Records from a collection
------

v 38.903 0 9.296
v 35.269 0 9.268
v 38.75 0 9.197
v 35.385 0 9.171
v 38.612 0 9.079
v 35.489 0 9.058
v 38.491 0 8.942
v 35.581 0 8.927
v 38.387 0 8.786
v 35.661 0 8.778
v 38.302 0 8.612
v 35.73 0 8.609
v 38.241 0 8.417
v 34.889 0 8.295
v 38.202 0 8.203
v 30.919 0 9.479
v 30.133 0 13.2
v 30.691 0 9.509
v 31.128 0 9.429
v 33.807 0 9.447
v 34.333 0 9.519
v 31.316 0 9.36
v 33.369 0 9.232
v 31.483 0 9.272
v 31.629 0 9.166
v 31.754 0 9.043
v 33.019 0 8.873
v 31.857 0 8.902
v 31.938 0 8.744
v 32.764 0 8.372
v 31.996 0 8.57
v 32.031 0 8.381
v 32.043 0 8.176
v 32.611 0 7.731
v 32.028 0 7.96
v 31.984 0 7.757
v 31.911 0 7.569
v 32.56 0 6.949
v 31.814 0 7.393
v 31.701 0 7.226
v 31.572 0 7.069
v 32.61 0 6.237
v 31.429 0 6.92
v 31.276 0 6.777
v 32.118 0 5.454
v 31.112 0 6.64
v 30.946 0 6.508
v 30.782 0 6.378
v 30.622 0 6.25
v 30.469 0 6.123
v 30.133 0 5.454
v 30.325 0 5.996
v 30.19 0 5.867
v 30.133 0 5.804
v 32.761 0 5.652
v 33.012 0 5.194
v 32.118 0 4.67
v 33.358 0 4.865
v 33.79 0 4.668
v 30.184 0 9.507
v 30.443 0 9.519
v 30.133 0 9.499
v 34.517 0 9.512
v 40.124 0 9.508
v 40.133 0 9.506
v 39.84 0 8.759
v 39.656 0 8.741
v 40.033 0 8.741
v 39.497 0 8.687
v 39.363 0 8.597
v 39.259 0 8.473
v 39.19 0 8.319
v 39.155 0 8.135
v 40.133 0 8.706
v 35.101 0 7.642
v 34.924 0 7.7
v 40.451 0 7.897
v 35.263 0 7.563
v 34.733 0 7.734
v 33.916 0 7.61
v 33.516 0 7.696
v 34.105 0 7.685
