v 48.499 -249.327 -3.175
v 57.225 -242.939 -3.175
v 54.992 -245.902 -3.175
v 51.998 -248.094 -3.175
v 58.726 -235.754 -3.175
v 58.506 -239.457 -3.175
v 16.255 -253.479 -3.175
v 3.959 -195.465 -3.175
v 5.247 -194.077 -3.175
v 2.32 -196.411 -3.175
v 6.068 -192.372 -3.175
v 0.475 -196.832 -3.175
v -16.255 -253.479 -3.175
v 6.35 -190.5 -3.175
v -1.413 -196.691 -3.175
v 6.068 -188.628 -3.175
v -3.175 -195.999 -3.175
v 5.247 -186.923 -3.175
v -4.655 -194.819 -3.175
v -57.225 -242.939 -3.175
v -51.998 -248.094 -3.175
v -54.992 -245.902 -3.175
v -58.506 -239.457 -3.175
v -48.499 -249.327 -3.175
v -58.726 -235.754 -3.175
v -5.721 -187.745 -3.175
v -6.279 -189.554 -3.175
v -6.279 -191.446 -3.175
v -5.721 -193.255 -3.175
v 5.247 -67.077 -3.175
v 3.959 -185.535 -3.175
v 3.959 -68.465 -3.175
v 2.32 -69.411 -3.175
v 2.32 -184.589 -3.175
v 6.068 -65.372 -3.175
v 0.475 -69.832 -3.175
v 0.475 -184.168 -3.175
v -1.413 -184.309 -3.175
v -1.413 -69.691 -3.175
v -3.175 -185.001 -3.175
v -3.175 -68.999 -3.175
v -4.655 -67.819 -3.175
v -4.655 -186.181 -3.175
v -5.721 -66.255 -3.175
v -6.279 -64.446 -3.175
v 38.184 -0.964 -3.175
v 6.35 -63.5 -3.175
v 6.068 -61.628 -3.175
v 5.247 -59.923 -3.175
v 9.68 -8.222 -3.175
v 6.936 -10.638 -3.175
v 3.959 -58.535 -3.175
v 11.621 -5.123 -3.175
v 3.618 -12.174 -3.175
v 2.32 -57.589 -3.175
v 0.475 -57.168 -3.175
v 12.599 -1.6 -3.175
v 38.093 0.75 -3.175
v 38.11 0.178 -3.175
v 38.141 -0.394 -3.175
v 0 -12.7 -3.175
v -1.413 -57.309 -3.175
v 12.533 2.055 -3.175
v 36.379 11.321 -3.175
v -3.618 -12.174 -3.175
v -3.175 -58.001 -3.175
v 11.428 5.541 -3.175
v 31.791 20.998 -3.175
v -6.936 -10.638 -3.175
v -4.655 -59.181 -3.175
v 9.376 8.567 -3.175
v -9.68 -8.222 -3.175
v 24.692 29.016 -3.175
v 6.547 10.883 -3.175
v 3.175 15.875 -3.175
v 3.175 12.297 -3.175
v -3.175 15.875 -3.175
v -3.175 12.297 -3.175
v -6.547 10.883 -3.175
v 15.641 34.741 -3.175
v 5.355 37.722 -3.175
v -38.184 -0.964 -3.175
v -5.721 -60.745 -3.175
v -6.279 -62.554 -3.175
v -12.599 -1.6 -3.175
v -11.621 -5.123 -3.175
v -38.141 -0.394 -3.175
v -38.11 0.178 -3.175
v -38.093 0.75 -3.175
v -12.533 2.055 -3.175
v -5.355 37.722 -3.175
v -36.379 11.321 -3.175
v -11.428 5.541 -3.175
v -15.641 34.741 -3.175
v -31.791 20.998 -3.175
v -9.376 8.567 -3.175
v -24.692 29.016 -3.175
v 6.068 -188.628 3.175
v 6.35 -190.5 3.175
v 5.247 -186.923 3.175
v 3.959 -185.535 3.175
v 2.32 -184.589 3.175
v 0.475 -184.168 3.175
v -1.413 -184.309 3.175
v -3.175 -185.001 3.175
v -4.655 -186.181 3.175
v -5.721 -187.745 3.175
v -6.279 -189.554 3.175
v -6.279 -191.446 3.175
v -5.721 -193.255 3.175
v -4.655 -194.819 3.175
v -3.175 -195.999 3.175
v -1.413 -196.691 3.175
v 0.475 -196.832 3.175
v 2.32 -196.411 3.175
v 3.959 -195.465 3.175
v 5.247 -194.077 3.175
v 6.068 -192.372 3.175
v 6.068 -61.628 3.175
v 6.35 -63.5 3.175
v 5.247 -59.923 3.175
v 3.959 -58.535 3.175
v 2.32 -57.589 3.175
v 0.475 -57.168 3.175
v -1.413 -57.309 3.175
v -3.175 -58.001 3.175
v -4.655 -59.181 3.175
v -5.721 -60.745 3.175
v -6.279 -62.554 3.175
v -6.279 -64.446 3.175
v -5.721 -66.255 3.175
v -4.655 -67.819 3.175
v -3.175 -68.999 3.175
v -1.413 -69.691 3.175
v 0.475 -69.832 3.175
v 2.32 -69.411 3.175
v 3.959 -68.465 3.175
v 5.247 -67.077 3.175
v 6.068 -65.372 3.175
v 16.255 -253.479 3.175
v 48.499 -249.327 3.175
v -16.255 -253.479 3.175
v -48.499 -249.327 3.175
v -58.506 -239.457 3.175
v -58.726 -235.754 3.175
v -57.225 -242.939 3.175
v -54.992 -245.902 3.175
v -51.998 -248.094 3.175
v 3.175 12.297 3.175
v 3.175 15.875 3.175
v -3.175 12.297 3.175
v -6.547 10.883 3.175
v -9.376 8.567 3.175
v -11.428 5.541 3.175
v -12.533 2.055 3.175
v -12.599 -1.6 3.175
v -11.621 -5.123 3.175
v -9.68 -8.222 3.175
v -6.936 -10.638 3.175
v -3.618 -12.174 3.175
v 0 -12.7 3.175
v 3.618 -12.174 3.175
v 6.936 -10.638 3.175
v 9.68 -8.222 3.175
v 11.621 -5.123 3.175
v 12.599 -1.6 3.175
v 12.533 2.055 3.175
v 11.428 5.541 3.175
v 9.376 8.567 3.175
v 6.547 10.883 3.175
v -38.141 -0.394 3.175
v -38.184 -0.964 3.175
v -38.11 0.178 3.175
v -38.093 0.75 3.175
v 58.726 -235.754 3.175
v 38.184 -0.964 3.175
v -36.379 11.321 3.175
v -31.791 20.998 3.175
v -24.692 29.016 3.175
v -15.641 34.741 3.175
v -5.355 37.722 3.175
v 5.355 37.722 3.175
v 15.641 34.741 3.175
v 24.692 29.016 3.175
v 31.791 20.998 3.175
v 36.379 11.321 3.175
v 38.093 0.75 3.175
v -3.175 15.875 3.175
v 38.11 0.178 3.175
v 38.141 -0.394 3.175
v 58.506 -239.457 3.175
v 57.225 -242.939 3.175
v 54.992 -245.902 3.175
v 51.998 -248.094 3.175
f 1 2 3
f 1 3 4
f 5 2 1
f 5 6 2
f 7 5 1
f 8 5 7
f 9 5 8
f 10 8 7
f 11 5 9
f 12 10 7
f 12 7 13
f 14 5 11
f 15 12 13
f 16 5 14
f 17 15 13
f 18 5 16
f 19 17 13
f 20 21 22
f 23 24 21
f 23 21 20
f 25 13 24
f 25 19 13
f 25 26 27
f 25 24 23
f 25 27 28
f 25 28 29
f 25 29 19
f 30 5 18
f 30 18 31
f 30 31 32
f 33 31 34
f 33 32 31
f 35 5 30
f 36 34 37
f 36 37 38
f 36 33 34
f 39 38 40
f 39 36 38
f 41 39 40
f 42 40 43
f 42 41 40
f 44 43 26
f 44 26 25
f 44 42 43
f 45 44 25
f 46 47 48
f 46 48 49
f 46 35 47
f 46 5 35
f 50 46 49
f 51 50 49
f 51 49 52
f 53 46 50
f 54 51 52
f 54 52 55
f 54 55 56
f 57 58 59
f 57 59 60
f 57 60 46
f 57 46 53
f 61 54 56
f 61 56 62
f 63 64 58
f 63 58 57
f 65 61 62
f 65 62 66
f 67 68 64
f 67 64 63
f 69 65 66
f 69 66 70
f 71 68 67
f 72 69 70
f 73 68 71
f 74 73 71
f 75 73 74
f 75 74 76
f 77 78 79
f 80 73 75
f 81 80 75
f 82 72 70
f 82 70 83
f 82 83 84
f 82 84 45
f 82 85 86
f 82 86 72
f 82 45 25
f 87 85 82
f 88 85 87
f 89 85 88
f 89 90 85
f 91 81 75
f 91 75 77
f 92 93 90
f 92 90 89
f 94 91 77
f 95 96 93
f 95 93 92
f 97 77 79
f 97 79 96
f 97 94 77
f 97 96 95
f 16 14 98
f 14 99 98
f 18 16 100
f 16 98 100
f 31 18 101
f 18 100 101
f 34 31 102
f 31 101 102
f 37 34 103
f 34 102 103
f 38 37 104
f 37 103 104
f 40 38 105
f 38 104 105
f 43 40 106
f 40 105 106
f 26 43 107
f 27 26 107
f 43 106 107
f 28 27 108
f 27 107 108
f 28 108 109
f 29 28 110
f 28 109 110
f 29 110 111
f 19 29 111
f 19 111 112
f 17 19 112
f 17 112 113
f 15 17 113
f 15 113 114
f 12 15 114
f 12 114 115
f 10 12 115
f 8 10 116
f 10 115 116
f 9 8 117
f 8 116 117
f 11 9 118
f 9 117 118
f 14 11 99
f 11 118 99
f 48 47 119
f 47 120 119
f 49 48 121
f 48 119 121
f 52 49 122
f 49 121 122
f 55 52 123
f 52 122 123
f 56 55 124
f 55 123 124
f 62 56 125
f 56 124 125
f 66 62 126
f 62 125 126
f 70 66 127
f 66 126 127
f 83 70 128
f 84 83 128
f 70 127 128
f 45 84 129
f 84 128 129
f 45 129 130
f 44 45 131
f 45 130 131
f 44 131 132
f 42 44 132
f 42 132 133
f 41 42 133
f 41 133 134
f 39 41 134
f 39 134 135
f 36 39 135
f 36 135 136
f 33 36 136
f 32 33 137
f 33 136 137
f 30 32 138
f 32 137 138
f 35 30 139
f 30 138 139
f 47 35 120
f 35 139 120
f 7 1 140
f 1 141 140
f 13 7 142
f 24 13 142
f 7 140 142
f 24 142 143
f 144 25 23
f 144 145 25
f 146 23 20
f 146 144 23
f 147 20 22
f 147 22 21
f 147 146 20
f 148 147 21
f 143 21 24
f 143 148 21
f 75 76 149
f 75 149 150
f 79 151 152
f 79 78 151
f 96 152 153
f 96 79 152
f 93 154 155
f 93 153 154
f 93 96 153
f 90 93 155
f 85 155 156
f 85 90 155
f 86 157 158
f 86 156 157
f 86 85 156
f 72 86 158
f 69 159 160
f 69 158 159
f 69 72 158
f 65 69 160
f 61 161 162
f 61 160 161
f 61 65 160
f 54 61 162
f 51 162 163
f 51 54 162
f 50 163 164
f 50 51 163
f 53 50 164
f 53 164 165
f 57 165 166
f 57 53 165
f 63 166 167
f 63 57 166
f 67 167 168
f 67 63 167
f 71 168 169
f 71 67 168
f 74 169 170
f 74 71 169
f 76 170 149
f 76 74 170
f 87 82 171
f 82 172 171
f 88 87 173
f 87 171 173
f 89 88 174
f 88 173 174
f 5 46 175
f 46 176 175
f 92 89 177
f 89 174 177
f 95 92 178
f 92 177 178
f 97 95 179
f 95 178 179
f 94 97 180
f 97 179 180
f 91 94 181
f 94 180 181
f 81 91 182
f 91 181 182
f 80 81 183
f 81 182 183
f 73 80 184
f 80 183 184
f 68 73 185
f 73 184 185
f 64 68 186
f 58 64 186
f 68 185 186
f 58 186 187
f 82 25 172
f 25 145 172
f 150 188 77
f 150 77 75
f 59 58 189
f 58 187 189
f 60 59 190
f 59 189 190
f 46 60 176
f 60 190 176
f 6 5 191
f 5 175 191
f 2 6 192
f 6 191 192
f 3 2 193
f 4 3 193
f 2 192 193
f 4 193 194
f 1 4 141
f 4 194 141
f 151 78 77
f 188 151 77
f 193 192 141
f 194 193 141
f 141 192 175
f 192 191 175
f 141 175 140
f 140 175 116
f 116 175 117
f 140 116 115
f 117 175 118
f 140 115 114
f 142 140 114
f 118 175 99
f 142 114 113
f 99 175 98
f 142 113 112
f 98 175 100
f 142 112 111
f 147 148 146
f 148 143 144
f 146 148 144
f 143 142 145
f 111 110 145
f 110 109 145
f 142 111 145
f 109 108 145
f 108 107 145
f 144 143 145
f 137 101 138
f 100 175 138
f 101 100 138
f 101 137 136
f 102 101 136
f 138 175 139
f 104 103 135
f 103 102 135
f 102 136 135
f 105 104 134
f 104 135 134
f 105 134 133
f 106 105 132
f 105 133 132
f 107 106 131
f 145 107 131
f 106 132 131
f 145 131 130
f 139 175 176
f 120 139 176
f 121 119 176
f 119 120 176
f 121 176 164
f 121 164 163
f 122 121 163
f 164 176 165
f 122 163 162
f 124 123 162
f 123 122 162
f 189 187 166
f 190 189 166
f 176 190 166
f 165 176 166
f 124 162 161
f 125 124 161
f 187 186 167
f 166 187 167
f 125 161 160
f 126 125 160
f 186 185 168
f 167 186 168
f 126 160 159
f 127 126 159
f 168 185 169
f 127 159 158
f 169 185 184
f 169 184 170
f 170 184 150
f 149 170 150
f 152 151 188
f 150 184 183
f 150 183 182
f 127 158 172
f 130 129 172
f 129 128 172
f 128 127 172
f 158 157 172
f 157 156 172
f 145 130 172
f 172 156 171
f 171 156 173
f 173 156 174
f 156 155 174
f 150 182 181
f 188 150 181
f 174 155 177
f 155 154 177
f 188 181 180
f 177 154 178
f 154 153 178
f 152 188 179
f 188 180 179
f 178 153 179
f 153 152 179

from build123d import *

# Parameters (mm, degrees)
SKETCH1_R               = 12.7
BOSS_EXTRUDE1_DEPTH     = 3.175
SKETCH8_W               = 6.35
SKETCH8_H               = 6.35
CUT_EXTRUDE1_DEPTH      = 4.175
CUT_EXTRUDE1_DEPTH_BACK = 4.175
SKETCH9_R               = 6.35
CUT_EXTRUDE2_DEPTH      = 4.175
CUT_EXTRUDE2_DEPTH_BACK = 4.175
FILLET1_R               = 12.7


with BuildPart() as part:
    # Sketch1 → Boss-Extrude1 (new body, symmetric)
    with BuildSketch(Plane.XY):
        with BuildLine():
            Line((-59.699595301, -246.884504011), (-38.184359795, -0.964236874))
            ThreePointArc((-38.184359795, -0.964236874), (-38.124009824, -0.108037848), (-38.092623076, 0.749711395))
            ThreePointArc((-38.092623076, 0.749711395), (0, 38.1), (38.092623076, 0.749711395))
            ThreePointArc((38.092623076, 0.749711395), (38.124009824, -0.108037848), (38.184359795, -0.964236874))
            Line((38.184359795, -0.964236874), (59.699595301, -246.884504011))
            ThreePointArc((59.699595301, -246.884504011), (0, -254), (-59.699595301, -246.884504011))
        make_face()
        Circle(SKETCH1_R, mode=Mode.SUBTRACT)
    extrude(amount=BOSS_EXTRUDE1_DEPTH, both=True)

    # Sketch8 → Cut-Extrude1 (cut, two sides)
    with BuildSketch(Plane.XY) as cut_extrude1_sk:
        with Locations((0, 12.7)):
            Rectangle(SKETCH8_W, SKETCH8_H)
    extrude(amount=CUT_EXTRUDE1_DEPTH, mode=Mode.SUBTRACT)
    extrude(cut_extrude1_sk.sketch, amount=-CUT_EXTRUDE1_DEPTH_BACK, mode=Mode.SUBTRACT)

    # Sketch9 → Cut-Extrude2 (cut, two sides)
    with BuildSketch(Plane.XY) as cut_extrude2_sk:
        with Locations((0, -63.5)):
            Circle(SKETCH9_R)
        with Locations((0, -190.5)):
            Circle(SKETCH9_R)
    extrude(amount=CUT_EXTRUDE2_DEPTH, mode=Mode.SUBTRACT)
    extrude(cut_extrude2_sk.sketch, amount=-CUT_EXTRUDE2_DEPTH_BACK, mode=Mode.SUBTRACT)

    # Fillet1
    fillet1_edges = [part.edges().sort_by_distance(p)[0] for p in [
        (-59.699595301, -246.884504011, 0),
        (59.699595301, -246.884504011, 0),
    ]]
    fillet(fillet1_edges, radius=FILLET1_R)


solid = part.part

------

DESCRIPTION OF THE TASK: Going down from the first line of the entries above, restate each line word for word until the line holding "v 31.429 0 6.92" is done.

SOLUTION FOR THIS PROBLEM:
v 38.903 0 9.296
v 35.269 0 9.268
v 38.75 0 9.197
v 35.385 0 9.171
v 38.612 0 9.079
v 35.489 0 9.058
v 38.491 0 8.942
v 35.581 0 8.927
v 38.387 0 8.786
v 35.661 0 8.778
v 38.302 0 8.612
v 35.73 0 8.609
v 38.241 0 8.417
v 34.889 0 8.295
v 38.202 0 8.203
v 30.919 0 9.479
v 30.133 0 13.2
v 30.691 0 9.509
v 31.128 0 9.429
v 33.807 0 9.447
v 34.333 0 9.519
v 31.316 0 9.36
v 33.369 0 9.232
v 31.483 0 9.272
v 31.629 0 9.166
v 31.754 0 9.043
v 33.019 0 8.873
v 31.857 0 8.902
v 31.938 0 8.744
v 32.764 0 8.372
v 31.996 0 8.57
v 32.031 0 8.381
v 32.043 0 8.176
v 32.611 0 7.731
v 32.028 0 7.96
v 31.984 0 7.757
v 31.911 0 7.569
v 32.56 0 6.949
v 31.814 0 7.393
v 31.701 0 7.226
v 31.572 0 7.069
v 32.61 0 6.237
v 31.429 0 6.92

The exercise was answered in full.